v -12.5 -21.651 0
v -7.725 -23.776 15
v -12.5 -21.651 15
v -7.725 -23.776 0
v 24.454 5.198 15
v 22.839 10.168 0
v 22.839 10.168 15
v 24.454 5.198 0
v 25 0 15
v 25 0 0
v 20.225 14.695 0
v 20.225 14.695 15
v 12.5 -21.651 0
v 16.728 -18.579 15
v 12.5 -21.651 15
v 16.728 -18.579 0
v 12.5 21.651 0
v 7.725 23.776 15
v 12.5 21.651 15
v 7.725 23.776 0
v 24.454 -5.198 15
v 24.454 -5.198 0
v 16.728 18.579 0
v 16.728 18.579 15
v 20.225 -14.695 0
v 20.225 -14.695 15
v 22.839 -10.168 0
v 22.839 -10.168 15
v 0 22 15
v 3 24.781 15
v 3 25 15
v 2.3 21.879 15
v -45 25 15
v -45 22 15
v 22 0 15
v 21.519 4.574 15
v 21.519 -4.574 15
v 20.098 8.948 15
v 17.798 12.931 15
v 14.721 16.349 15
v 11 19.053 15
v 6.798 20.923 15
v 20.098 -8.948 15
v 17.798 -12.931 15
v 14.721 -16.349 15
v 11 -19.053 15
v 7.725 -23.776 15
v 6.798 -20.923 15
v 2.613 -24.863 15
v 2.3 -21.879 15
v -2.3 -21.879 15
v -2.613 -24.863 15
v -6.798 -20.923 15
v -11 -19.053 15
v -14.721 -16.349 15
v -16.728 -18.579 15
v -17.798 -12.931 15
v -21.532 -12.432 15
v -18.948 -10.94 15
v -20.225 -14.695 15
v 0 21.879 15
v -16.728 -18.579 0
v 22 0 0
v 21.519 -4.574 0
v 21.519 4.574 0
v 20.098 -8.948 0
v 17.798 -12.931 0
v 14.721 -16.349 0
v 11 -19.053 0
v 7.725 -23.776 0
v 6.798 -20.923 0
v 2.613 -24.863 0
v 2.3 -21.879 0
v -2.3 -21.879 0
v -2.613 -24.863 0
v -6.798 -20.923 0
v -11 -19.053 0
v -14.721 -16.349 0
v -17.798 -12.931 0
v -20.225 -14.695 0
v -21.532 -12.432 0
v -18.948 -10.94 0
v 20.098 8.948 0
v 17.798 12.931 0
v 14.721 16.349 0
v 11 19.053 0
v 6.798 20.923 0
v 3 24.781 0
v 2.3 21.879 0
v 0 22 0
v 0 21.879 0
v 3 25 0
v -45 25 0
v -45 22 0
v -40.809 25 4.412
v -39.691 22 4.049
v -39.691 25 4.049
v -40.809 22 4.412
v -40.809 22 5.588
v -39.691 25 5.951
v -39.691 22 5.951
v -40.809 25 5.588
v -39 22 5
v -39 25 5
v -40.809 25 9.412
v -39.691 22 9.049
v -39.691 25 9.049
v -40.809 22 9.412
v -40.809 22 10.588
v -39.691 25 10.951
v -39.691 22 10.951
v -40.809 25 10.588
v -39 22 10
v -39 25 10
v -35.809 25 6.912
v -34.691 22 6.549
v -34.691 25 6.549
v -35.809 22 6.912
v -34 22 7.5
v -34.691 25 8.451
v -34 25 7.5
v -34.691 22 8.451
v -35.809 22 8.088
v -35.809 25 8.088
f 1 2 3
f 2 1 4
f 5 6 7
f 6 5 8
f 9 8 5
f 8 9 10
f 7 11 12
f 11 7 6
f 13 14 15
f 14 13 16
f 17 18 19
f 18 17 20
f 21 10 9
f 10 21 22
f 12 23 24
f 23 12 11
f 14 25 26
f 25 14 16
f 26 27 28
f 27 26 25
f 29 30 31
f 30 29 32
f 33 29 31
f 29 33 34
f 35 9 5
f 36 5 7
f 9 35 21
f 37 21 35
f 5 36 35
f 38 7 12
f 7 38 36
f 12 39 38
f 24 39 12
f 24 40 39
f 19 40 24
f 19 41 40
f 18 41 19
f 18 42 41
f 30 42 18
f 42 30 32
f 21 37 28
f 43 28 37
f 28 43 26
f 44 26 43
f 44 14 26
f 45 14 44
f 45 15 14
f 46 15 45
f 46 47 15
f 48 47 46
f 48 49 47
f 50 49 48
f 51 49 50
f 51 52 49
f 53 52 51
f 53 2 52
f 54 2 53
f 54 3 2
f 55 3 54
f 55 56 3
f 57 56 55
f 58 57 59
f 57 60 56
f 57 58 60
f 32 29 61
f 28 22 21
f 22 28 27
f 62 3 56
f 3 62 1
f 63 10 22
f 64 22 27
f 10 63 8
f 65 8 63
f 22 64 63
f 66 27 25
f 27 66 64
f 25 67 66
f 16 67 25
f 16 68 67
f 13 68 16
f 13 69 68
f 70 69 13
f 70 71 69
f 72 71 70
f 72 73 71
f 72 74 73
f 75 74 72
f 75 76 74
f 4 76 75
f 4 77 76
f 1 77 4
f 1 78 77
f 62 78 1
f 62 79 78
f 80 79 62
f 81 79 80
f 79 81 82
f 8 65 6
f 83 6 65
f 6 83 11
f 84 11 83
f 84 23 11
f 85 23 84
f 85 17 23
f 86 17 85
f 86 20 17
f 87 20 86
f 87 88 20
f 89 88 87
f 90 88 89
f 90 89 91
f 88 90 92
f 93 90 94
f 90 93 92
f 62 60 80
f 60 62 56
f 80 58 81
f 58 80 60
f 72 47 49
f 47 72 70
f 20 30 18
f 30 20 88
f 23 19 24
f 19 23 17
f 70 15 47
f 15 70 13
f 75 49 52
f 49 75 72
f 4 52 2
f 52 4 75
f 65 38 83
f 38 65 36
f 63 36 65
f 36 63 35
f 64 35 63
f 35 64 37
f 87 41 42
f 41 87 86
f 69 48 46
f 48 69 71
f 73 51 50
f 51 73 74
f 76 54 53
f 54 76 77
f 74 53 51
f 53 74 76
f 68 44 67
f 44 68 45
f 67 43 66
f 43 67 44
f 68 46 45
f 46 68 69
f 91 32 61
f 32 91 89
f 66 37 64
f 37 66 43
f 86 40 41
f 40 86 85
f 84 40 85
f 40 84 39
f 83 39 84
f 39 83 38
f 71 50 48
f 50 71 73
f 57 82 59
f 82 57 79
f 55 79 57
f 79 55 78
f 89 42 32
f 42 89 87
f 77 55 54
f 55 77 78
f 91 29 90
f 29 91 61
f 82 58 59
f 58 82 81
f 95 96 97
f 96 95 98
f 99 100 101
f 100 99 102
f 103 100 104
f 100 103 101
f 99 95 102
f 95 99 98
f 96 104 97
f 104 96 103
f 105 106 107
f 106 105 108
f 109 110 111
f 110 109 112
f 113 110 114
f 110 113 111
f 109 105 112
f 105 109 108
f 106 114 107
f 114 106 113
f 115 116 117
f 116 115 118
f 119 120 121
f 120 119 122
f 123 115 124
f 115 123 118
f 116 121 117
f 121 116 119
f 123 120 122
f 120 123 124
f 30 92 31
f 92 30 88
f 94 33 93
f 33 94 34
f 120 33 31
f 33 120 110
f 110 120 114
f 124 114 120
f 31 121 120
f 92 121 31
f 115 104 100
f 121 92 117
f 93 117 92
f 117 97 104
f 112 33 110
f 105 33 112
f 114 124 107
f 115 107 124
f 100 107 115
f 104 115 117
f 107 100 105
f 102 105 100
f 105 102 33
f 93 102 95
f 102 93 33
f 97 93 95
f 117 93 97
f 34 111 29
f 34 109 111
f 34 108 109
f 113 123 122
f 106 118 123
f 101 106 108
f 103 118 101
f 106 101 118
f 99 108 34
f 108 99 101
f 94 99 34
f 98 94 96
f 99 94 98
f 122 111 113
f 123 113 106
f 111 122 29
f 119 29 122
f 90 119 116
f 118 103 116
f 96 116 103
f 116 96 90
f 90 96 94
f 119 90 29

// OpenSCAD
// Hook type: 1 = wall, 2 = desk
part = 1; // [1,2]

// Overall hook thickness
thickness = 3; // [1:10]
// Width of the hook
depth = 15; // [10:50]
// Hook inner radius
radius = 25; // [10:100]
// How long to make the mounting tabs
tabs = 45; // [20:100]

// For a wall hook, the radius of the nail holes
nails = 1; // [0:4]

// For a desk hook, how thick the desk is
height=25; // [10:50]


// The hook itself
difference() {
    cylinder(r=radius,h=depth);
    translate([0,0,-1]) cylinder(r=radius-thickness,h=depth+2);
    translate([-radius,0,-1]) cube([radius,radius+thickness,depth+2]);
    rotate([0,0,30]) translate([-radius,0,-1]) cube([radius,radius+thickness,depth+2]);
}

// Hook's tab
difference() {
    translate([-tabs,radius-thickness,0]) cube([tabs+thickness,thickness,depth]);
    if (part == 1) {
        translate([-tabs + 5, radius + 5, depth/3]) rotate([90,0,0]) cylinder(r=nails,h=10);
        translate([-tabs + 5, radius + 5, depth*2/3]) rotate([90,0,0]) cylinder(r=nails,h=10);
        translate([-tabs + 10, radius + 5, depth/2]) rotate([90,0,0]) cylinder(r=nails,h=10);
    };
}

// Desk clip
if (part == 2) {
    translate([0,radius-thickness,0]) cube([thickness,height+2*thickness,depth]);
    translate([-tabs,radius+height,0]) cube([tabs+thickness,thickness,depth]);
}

*Exercise requirements:* Please output exactly the lines between the one holding "v 11 19.053 15" and the one holding "v 2.613 -24.863 0" in the records above, inclusive, and nothing more.

*Written solution:*
v 11 19.053 15
v 6.798 20.923 15
v 20.098 -8.948 15
v 17.798 -12.931 15
v 14.721 -16.349 15
v 11 -19.053 15
v 7.725 -23.776 15
v 6.798 -20.923 15
v 2.613 -24.863 15
v 2.3 -21.879 15
v -2.3 -21.879 15
v -2.613 -24.863 15
v -6.798 -20.923 15
v -11 -19.053 15
v -14.721 -16.349 15
v -16.728 -18.579 15
v -17.798 -12.931 15
v -21.532 -12.432 15
v -18.948 -10.94 15
v -20.225 -14.695 15
v 0 21.879 15
v -16.728 -18.579 0
v 22 0 0
v 21.519 -4.574 0
v 21.519 4.574 0
v 20.098 -8.948 0
v 17.798 -12.931 0
v 14.721 -16.349 0
v 11 -19.053 0
v 7.725 -23.776 0
v 6.798 -20.923 0
v 2.613 -24.863 0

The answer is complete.